I believe our LD partners think about us HD folks in that way. We are constantly either overtly or covertly thinking or asking for sex. Even if it is not spoken, I believe the LD partner can SENSE that the HD partner wants it all the time. If they are not actively asking for sex, they are thinking about it.

What to do? I believe the HD partner has to somehow temporarily become a contented lower drive partner to naturally boost the LD persons drive.
Who wants to be a member of a club that is begging for your membership on a daily basis? That's how our LD partners feel. They feel constant pressure to either perform more frequently, with enthusiasm and with variety, now! 

If we HD minions can somehow control our urges I believe it is possible to change the LD person to more closely match our drive. I love cars and I own several. However, if I had a garage with 1,000 cars, all restored and in perfect running order, I believe I would get bored with the whole idea. There is no novelty in that. There is no excitement in that. We must learn to be content in and of ourselves and lower our drives short term. Not a manipulation tool, but a genuine effort in being able to control our desires and not project an air of desperation. What partner would enjoy another that is "desperate" for their attention, sexual or otherwise? In the short term you would say yes, indefinitely, it would drive one insane.

The only caveat to this situation is having the HD genuinely control his or her desire, be content and strong in himself /herself and in time the LD partner becomes completely content with no sex. That, IMO, would NOW require the HD partner to leave.

Just my thoughts.

Edit: IMPORTANT: you may say "I've already done this" Have your REALLY? I'm not talking about "fake" manipulation. I'm talking about REALLY being content with little to no sex for a time.


----------



## jorgegene (May 26, 2012)

I think your theory has some validity. Certainly if you are capable of lowering your expectations and being reasonably happy with it, that's a good thing and will bring much needed peace to the household.

I realize your theory is written with a particular goal in mind, but I will comment on the LD point of view. They have to know at some level that marriage involves sex and often frequent sex. That's one of the values of statistics and 'what is normal'. A lot of people will say 'yes, but what is normal should be what the couple agree on'. Fine. But in LD/HD the couples do NOT agree. So, what I am saying is there is an average out there. You do not have to adhere to it. But most people I'm sure are at least vaguely aware of it (2-3 times a week or whatever).

The LD spouse either suppresses this information, denies it, lies about it, quotes annecdotes, whatever, or deals with it. I'm not bashing LD spouses. It maybe who they are. It doesn't make them bad. It does, however if they don't deal with it somehow when they are ignoring their spouses. 

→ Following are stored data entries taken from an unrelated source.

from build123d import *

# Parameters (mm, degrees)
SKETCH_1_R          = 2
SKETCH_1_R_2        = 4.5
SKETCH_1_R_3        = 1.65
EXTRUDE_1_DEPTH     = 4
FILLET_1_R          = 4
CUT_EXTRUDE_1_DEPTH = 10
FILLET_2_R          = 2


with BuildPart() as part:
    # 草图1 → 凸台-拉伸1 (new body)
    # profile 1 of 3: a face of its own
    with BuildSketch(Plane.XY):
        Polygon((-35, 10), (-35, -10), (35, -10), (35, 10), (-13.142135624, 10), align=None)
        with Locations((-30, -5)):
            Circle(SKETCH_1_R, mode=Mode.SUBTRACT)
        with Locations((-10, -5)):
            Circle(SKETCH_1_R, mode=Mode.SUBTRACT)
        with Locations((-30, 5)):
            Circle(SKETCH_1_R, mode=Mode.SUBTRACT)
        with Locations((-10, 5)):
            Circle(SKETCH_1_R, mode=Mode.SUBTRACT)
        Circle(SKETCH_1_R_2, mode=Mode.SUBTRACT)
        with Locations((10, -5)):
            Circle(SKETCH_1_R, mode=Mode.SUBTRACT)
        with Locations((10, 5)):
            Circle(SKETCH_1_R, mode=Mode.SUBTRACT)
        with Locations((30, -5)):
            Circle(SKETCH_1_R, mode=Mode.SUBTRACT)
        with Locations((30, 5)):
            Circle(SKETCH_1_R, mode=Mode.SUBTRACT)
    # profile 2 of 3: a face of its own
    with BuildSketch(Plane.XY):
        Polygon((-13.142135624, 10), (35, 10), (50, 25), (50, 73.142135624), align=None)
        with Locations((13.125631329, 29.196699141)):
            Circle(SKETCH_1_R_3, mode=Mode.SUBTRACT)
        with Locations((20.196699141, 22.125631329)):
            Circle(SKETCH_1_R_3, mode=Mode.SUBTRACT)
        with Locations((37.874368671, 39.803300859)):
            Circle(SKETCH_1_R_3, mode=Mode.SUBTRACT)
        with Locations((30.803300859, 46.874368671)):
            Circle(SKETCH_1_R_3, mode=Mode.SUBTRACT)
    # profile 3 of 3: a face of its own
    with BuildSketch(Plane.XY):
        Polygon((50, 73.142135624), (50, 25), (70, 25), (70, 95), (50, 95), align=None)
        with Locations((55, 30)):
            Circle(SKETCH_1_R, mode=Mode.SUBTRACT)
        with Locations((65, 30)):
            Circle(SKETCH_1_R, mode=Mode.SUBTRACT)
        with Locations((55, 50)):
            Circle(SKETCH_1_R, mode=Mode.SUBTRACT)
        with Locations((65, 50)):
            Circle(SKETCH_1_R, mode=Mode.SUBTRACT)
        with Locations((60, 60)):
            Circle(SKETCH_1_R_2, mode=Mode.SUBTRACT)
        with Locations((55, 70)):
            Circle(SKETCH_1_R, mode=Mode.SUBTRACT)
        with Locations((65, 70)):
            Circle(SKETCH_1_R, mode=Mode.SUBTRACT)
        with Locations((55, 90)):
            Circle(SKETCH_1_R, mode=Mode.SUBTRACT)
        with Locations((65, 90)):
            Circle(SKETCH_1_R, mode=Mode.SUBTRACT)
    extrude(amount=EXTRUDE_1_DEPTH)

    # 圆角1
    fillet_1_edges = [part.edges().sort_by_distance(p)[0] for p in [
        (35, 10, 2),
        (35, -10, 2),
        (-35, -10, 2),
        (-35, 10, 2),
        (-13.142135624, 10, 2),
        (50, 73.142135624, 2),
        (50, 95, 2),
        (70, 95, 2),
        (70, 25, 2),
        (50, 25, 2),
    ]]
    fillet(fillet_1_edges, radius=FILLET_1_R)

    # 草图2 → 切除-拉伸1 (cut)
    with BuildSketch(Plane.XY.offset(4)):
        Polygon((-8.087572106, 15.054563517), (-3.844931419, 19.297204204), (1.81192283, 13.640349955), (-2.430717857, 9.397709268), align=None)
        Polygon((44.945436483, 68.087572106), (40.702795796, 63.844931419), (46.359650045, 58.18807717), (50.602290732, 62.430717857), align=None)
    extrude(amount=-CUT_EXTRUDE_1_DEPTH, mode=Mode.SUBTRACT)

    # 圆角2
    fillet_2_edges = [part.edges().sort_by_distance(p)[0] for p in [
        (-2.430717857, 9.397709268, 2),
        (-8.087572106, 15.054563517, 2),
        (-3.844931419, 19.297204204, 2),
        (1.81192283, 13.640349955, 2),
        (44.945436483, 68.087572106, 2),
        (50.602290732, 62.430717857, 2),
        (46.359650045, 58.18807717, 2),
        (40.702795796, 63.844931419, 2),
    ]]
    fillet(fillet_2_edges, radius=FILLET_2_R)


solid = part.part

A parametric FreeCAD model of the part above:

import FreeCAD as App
import Part
import Sketcher
Q = App.Units.Quantity


def edges_at(feature, points):
    """Names of the edges that pass closest to the given points."""
    edges = feature.Shape.Edges
    near = lambda p: min(range(len(edges)), key=lambda i: edges[i].distToShape(Part.Vertex(*p))[0])
    return sorted({f"Edge{near(p) + 1}" for p in points})

doc = App.newDocument("Part")
body = doc.addObject("PartDesign::Body", "Body")

# Sketch on XY plane
sketch1 = body.newObject("Sketcher::SketchObject", "Sketch")
sketch1.AttachmentSupport = (doc.getObject("XY_Plane"), [""])
sketch1.MapMode = "FlatFace"
sketch1.addGeometry([
    Part.LineSegment(App.Vector(-35, 10, 0), App.Vector(-35, -10, 0)),  # 0
    Part.LineSegment(App.Vector(-35, -10, 0), App.Vector(35, -10, 0)),  # 1
    Part.LineSegment(App.Vector(35, -10, 0), App.Vector(35, 10, 0)),  # 2
    Part.LineSegment(App.Vector(35, 10, 0), App.Vector(50, 25, 0)),  # 3
    Part.LineSegment(App.Vector(50, 25, 0), App.Vector(70, 25, 0)),  # 4
    Part.LineSegment(App.Vector(70, 25, 0), App.Vector(70, 95, 0)),  # 5
    Part.LineSegment(App.Vector(70, 95, 0), App.Vector(50, 95, 0)),  # 6
    Part.LineSegment(App.Vector(50, 95, 0), App.Vector(50, 73.1, 0)),  # 7
    Part.LineSegment(App.Vector(50, 73.1, 0), App.Vector(-13.1, 10, 0)),  # 8
    Part.LineSegment(App.Vector(-13.1, 10, 0), App.Vector(-35, 10, 0)),  # 9
    Part.Circle(App.Vector(-30, -5, 0), App.Vector(0, 0, 1), 2),  # 10
    Part.Circle(App.Vector(-10, -5, 0), App.Vector(0, 0, 1), 2),  # 11
    Part.Circle(App.Vector(10, -5, 0), App.Vector(0, 0, 1), 2),  # 12
    Part.Circle(App.Vector(30, -5, 0), App.Vector(0, 0, 1), 2),  # 13
    Part.Circle(App.Vector(-30, 5, 0), App.Vector(0, 0, 1), 2),  # 14
    Part.Circle(App.Vector(-10, 5, 0), App.Vector(0, 0, 1), 2),  # 15
    Part.Circle(App.Vector(0, 0, 0), App.Vector(0, 0, 1), 4.5),  # 16
    Part.Circle(App.Vector(10, 5, 0), App.Vector(0, 0, 1), 2),  # 17
    Part.Circle(App.Vector(30, 5, 0), App.Vector(0, 0, 1), 2),  # 18
    Part.Circle(App.Vector(30.8, 46.9, 0), App.Vector(0, 0, 1), 1.6),  # 19
    Part.Circle(App.Vector(20.2, 22.1, 0), App.Vector(0, 0, 1), 1.6),  # 20
    Part.Circle(App.Vector(13.1, 29.2, 0), App.Vector(0, 0, 1), 1.6),  # 21
    Part.Circle(App.Vector(37.9, 39.8, 0), App.Vector(0, 0, 1), 1.6),  # 22
    Part.Circle(App.Vector(65, 90, 0), App.Vector(0, 0, 1), 2),  # 23
    Part.Circle(App.Vector(55, 30, 0), App.Vector(0, 0, 1), 2),  # 24
    Part.Circle(App.Vector(55, 50, 0), App.Vector(0, 0, 1), 2),  # 25
    Part.Circle(App.Vector(65, 30, 0), App.Vector(0, 0, 1), 2),  # 26
    Part.Circle(App.Vector(65, 50, 0), App.Vector(0, 0, 1), 2),  # 27
    Part.Circle(App.Vector(55, 70, 0), App.Vector(0, 0, 1), 2),  # 28
    Part.Circle(App.Vector(55, 90, 0), App.Vector(0, 0, 1), 2),  # 29
    Part.Circle(App.Vector(60, 60, 0), App.Vector(0, 0, 1), 4.5),  # 30
    Part.Circle(App.Vector(65, 70, 0), App.Vector(0, 0, 1), 2),  # 31
], False)
sketch1.addConstraint([
    Sketcher.Constraint("Coincident", 0, 2, 1, 1),
    Sketcher.Constraint("Coincident", 1, 2, 2, 1),
    Sketcher.Constraint("Coincident", 2, 2, 3, 1),
    Sketcher.Constraint("Coincident", 3, 2, 4, 1),
    Sketcher.Constraint("Coincident", 4, 2, 5, 1),
    Sketcher.Constraint("Coincident", 5, 2, 6, 1),
    Sketcher.Constraint("Coincident", 6, 2, 7, 1),
    Sketcher.Constraint("Coincident", 7, 2, 8, 1),
    Sketcher.Constraint("Coincident", 8, 2, 9, 1),
    Sketcher.Constraint("Coincident", 9, 2, 0, 1),
    Sketcher.Constraint("Vertical", 0),
    Sketcher.Constraint("Horizontal", 1),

So. At some level they are in denial if they continue to refuse to compromise. They have no grounds to justify their behavior if there is no abuse or other serious marital issues.


----------



## UMP (Dec 23, 2014)

jorgegene said:


> The LD spouse either suppresses this information, denies it, lies about it, quotes annecdotes, whatever, or deals with it.


Yes, 
My theory deals with the "why" part. My contention is that the HD's perceived desperation from the LD "may" be the cause of the LD. Now, this may or may not be true. It may be true for some LD's but not others. 
In my relationship, if I genuinely do not project my desperation regarding sex, it raises my wifes drive.
If I genuinely continue in this vein my LD wife seems to "want" sex once per week or two. I am happier with twice a week. 

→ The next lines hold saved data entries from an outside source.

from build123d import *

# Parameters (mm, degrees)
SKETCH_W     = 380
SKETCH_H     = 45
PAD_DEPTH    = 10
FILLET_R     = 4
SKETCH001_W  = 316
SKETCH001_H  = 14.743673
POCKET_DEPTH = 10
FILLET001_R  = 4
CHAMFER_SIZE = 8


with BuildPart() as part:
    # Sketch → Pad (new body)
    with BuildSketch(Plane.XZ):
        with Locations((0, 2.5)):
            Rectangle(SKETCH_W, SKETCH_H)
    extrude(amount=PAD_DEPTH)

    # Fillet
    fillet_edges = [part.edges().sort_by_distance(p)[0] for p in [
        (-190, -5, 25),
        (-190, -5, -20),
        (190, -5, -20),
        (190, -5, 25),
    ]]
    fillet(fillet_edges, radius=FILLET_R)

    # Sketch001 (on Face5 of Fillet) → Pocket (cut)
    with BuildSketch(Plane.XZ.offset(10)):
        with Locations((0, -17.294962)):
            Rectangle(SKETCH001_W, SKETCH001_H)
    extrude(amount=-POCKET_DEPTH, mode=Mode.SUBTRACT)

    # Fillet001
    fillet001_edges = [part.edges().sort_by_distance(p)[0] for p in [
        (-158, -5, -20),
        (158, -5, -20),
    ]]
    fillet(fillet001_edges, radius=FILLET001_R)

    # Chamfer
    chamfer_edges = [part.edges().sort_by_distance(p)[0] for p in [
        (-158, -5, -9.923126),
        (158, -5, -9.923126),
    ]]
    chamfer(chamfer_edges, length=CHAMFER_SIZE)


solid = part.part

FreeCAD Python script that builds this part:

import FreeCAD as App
import Part
import Sketcher
Q = App.Units.Quantity


def edges_at(feature, points):
    """Names of the edges that pass closest to the given points."""
    edges = feature.Shape.Edges
    near = lambda p: min(range(len(edges)), key=lambda i: edges[i].distToShape(Part.Vertex(*p))[0])
    return sorted({f"Edge{near(p) + 1}" for p in points})

doc = App.newDocument("Part")
body = doc.addObject("PartDesign::Body", "Body")

# Sketch on XZ plane
sketch1 = body.newObject("Sketcher::SketchObject", "Sketch")
sketch1.AttachmentSupport = (doc.getObject("XZ_Plane"), [""])
sketch1.MapMode = "FlatFace"
sketch1.addGeometry([
    Part.LineSegment(App.Vector(-190, 25, 0), App.Vector(-190, -20, 0)),
    Part.LineSegment(App.Vector(-190, -20, 0), App.Vector(190, -20, 0)),
    Part.LineSegment(App.Vector(190, -20, 0), App.Vector(190, 25, 0)),
    Part.LineSegment(App.Vector(190, 25, 0), App.Vector(-190, 25, 0)),
], False)
sketch1.addConstraint([
    Sketcher.Constraint("Coincident", 0, 2, 1, 1),
    Sketcher.Constraint("Coincident", 1, 2, 2, 1),
    Sketcher.Constraint("Coincident", 2, 2, 3, 1),
    Sketcher.Constraint("Coincident", 3, 2, 0, 1),
    Sketcher.Constraint("Vertical", 0),
    Sketcher.Constraint("Horizontal", 1),
    Sketcher.Constraint("Vertical", 2),
    Sketcher.Constraint("Horizontal", 3),
    Sketcher.Constraint("DistanceX", 1, 1, 1, 2, Q("380 mm")),
    Sketcher.Constraint("DistanceY", 0, 2, 0, 1, Q("45 mm")),
    Sketcher.Constraint("DistanceX", 0, 2, -1, 1, Q("190 mm")),
    Sketcher.Constraint("DistanceY", 0, 2, -1, 1, Q("20 mm")),
])
pad1 = body.newObject("PartDesign::Pad", "Pad")
pad1.Profile = sketch1
pad1.Length = 10
doc.recompute()

fillet = body.newObject("PartDesign::Fillet", "Fillet")
fillet.Base = (pad1, edges_at(pad1, [
    (-190, -5, 25),
    (-190, -5, -20),
    (190, -5, -20),
    (190, -5, 25),
]))
fillet.Radius = 4

# Sketch on XZ plane
sketch2 = body.newObject("Sketcher::SketchObject", "Sketch001")
sketch2.AttachmentSupport = (doc.getObject("XZ_Plane"), [""])
sketch2.MapMode = "FlatFace"
sketch2.AttachmentOffset = App.Placement(App.Vector(0, 0, 10), App.Rotation())
sketch2.addGeometry([
    Part.LineSegment(App.Vector(-158, -10, 0), App.Vector(-158, -25, 0)),
    Part.LineSegment(App.Vector(-158, -25, 0), App.Vector(158, -25, 0)),
    Part.LineSegment(App.Vector(158, -25, 0), App.Vector(158, -10, 0)),
    Part.LineSegment(App.Vector(158, -10, 0), App.Vector(-158, -10, 0)),
], False)
sketch2.addConstraint([
    Sketcher.Constraint("Coincident", 0, 2, 1, 1),
    Sketcher.Constraint("Coincident", 1, 2, 2, 1),
    Sketcher.Constraint("Coincident", 2, 2, 3, 1),
    Sketcher.Constraint("Coincident", 3, 2, 0, 1),
    Sketcher.Constraint("Vertical", 0),
    Sketcher.Constraint("Horizontal", 1),
    Sketcher.Constraint("Vertical", 2),
    Sketcher.Constraint("Horizontal", 3),
    Sketcher.Constraint("DistanceX", 1, 1, 1, 2, Q("316 mm")),
    Sketcher.Constraint("DistanceX", 0, 2, -1, 1, Q("158 mm")),
    Sketcher.Constraint("DistanceY", 0, 2, -1, 1, Q("24.666798 mm")),
    Sketcher.Constraint("DistanceY", 0, 2, 0, 1, Q("14.743673 mm")),
])
pocket1 = body.newObject("PartDesign::Pocket", "Pocket")
pocket1.Profile = sketch2
pocket1.Length = 10
doc.recompute()

fillet2 = body.newObject("PartDesign::Fillet", "Fillet001")
fillet2.Base = (pocket1, edges_at(pocket1, [(-158, -5, -20), (158, -5, -20)]))
fillet2.Radius = 4
doc.recompute()

chamfer = body.newObject("PartDesign::Chamfer", "Chamfer")
chamfer.Base = (fillet2, edges_at(fillet2, [(-158, -5, -9.923), (158, -5, -9.923)]))
chamfer.Size = 8

doc.recompute()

I believe if I were able to project a completely content non-desperate need for sex, I could up that desire in my wife.

The difficult part is "projecting a TRUE non needy non desperate desire for sex. I can do it, but it is VERY difficult and cannot be sustained for a long period of time. (at the moment)


----------



## jb02157 (Apr 16, 2014)

UMP said:


> If we HD minions can somehow control our urges I believe it is possible to change the LD person to more closely match our drive. .

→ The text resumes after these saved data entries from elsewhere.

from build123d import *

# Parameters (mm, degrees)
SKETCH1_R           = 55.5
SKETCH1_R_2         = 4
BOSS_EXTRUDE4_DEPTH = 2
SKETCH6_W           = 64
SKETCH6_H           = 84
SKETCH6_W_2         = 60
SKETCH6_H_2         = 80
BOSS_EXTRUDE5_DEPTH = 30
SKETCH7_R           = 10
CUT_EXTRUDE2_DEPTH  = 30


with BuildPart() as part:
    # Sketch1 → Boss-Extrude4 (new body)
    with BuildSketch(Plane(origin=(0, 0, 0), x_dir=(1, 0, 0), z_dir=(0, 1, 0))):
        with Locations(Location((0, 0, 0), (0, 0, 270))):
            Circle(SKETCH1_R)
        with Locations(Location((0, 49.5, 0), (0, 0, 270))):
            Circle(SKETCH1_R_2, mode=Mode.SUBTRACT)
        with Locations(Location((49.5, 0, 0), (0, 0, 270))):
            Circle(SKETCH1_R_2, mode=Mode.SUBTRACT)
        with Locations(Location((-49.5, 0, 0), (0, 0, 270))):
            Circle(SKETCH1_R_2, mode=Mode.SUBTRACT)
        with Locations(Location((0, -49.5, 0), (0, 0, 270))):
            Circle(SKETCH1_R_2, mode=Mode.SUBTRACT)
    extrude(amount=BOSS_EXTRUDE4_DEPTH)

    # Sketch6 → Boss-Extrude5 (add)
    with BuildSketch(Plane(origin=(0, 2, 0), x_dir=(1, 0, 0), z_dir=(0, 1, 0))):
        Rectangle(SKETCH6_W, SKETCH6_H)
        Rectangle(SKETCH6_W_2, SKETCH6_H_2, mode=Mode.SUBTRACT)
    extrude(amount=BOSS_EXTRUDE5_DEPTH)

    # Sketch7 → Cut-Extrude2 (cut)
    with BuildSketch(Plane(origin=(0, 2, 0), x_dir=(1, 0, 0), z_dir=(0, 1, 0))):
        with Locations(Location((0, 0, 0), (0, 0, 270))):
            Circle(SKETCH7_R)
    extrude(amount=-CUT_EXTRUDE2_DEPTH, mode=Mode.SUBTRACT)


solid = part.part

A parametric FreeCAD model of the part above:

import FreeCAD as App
import Part
import Sketcher


def add_polygon(sketch, points):
    """Adds a closed chain of lines whose ends are joined by coincident constraints."""
    first, n = sketch.GeometryCount, len(points)
    for a, b in zip(points, points[1:] + points[:1]):
        sketch.addGeometry(Part.LineSegment(App.Vector(*a, 0), App.Vector(*b, 0)), False)
    for i in range(n):
        sketch.addConstraint(Sketcher.Constraint("Coincident", first + i, 2, first + (i + 1) % n, 1))

doc = App.newDocument("Part")
body = doc.addObject("PartDesign::Body", "Body")

# Sketch on XZ plane
sketch1 = doc.addObject("Sketcher::SketchObject", "Sketch")
body.addObject(sketch1)
sketch1.AttachmentSupport = (doc.XZ_Plane, [""])
sketch1.MapMode = "FlatFace"
sketch1.addGeometry(Part.Circle(App.Vector(0, 0, 0), App.Vector(0, 0, 1), 55.5), False)
sketch1.addGeometry(Part.Circle(App.Vector(0, -49.5, 0), App.Vector(0, 0, 1), 4), False)
sketch1.addGeometry(Part.Circle(App.Vector(-49.5, 0, 0), App.Vector(0, 0, 1), 4), False)
sketch1.addGeometry(Part.Circle(App.Vector(49.5, 0, 0), App.Vector(0, 0, 1), 4), False)
sketch1.addGeometry(Part.Circle(App.Vector(0, 49.5, 0), App.Vector(0, 0, 1), 4), False)
sketch1.addConstraint(Sketcher.Constraint("Coincident", 0, 3, -1, 1))
sketch1.addConstraint(Sketcher.Constraint("Equal", 1, 2))
sketch1.addConstraint(Sketcher.Constraint("Equal", 2, 3))
sketch1.addConstraint(Sketcher.Constraint("Equal", 3, 4))
sketch1.addConstraint(Sketcher.Constraint("Symmetric", 2, 3, 3, 3, -1, 1))
sketch1.addConstraint(Sketcher.Constraint("Symmetric", 1, 3, 4, 3, -1, 1))
sketch1.addConstraint(Sketcher.Constraint("PointOnObject", 1, 3, -2))
sketch1.addConstraint(Sketcher.Constraint("PointOnObject", 2, 3, -1))
sketch1.addConstraint(Sketcher.Constraint("Diameter", 0, 111.0))
sketch1.addConstraint(Sketcher.Constraint("Diameter", 1, 8.0))
sketch1.addConstraint(Sketcher.Constraint("DistanceX", 2, 3, 3, 3, 99.0))
sketch1.addConstraint(Sketcher.Constraint("DistanceY", 1, 3, 4, 3, 99.0))
pad1 = doc.addObject("PartDesign::Pad", "Pad")
body.addObject(pad1)
pad1.Profile = sketch1
pad1.Length = 2
pad1.Reversed = True

# Sketch on XZ plane
sketch2 = doc.addObject("Sketcher::SketchObject", "Sketch001")
body.addObject(sketch2)
sketch2.AttachmentSupport = (doc.XZ_Plane, [""])
sketch2.MapMode = "FlatFace"
sketch2.AttachmentOffset = App.Placement(App.Vector(0, 0, -2), App.Rotation())
add_polygon(sketch2, [(-32, -42), (-32, 42), (32, 42), (32, -42)])  # lines 0-3
add_polygon(sketch2, [(30, 40), (-30, 40), (-30, -40), (30, -40)])  # lines 4-7
sketch2.addConstraint(Sketcher.Constraint("Vertical", 0))
sketch2.addConstraint(Sketcher.Constraint("Horizontal", 1))
sketch2.addConstraint(Sketcher.Constraint("Vertical", 2))
sketch2.addConstraint(Sketcher.Constraint("Horizontal", 3))
sketch2.addConstraint(Sketcher.Constraint("Horizontal", 4))
sketch2.addConstraint(Sketcher.Constraint("Vertical", 5))
sketch2.addConstraint(Sketcher.Constraint("Horizontal", 6))
sketch2.addConstraint(Sketcher.Constraint("Vertical", 7))
sketch2.addConstraint(Sketcher.Constraint("Symmetric", 0, 2, 2, 2, -1, 1))
sketch2.addConstraint(Sketcher.Constraint("Symmetric", 4, 2, 6, 2, -1, 1))
sketch2.addConstraint(Sketcher.Constraint("DistanceX", 1, 1, 1, 2, 64.0))
sketch2.addConstraint(Sketcher.Constraint("DistanceX", 4, 2, 4, 1, 60.0))
sketch2.addConstraint(Sketcher.Constraint("DistanceY", 0, 1, 0, 2, 84.0))
sketch2.addConstraint(Sketcher.Constraint("DistanceY", 5, 2, 5, 1, 80.0))
pad2 = doc.addObject("PartDesign::Pad", "Pad001")
body.addObject(pad2)
pad2.Profile = sketch2
pad2.Length = 30
pad2.Reversed = True

# Sketch on XZ plane
sketch3 = doc.addObject("Sketcher::SketchObject", "Sketch002")
body.addObject(sketch3)
sketch3.AttachmentSupport = (doc.XZ_Plane, [""])
sketch3.MapMode = "FlatFace"
sketch3.AttachmentOffset = App.Placement(App.Vector(0, 0, -2), App.Rotation())
sketch3.addGeometry(Part.Circle(App.Vector(0, 0, 0), App.Vector(0, 0, 1), 10), False)
sketch3.addConstraint(Sketcher.Constraint("Coincident", 0, 3, -1, 1))
sketch3.addConstraint(Sketcher.Constraint("Diameter", 0, 20.0))
pocket1 = doc.addObject("PartDesign::Pocket", "Pocket")
body.addObject(pocket1)
pocket1.Profile = sketch3
pocket1.Length = 30
pocket1.Reversed = True

doc.recompute()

I think that I disagree that the LD spouse should learn to control urges. As I have said before, I believe LD people are those that don't want to have sex because they know they can get away with it and like to be able to "control" the amount of sex they have to "give" their spouse. Without ways to stop this, the LD person will continue that way.


----------



## unbelievable (Aug 20, 2010)

I don't like the designations LD and HD. One who serially refuses sex to their spouse isn't LD they are engaging in abusive conduct. One who has a normal sex drive isn't HD. They are just normal humans. I suspect if people were honestly polled those who serially deny sex to their partners probably deny them most everything else that reasonable people expect from a married partner. Those who are selfish in one aspect of their lives are most likely exhibiting selfishness in most other areas of their lives.


----------



## UMP (Dec 23, 2014)

unbelievable said:


> I don't like the designations LD and HD. One who serially refuses sex to their spouse isn't LD they are engaging in abusive conduct. One who has a normal sex drive isn't HD. They are just normal humans. I suspect if people were honestly polled those who serially deny sex to their partners probably deny them most everything else that reasonable people expect from a married partner. Those who are selfish in one aspect of their lives are most likely exhibiting selfishness in most other areas of their lives.


My wife is LD and is not selfish in any other aspect of her life.
In fact, she is the most selfless person I know.


----------



## UMP (Dec 23, 2014)

jb02157 said:


> I think that I disagree that the LD spouse should learn to control urges. As I have said before, I believe LD people are those that don't want to have sex because they know they can get away with it and like to be able to "control" the amount of sex they have to "give" their spouse. Without ways to stop this, the LD person will continue that way.


My contention is that the LD may be that way because they are overwhelmed by the HD partners incessant desire for sex. At least it is a possibility.
Your theory is also possible, but I believe in the minority.


----------



## WandaJ (Aug 5, 2014)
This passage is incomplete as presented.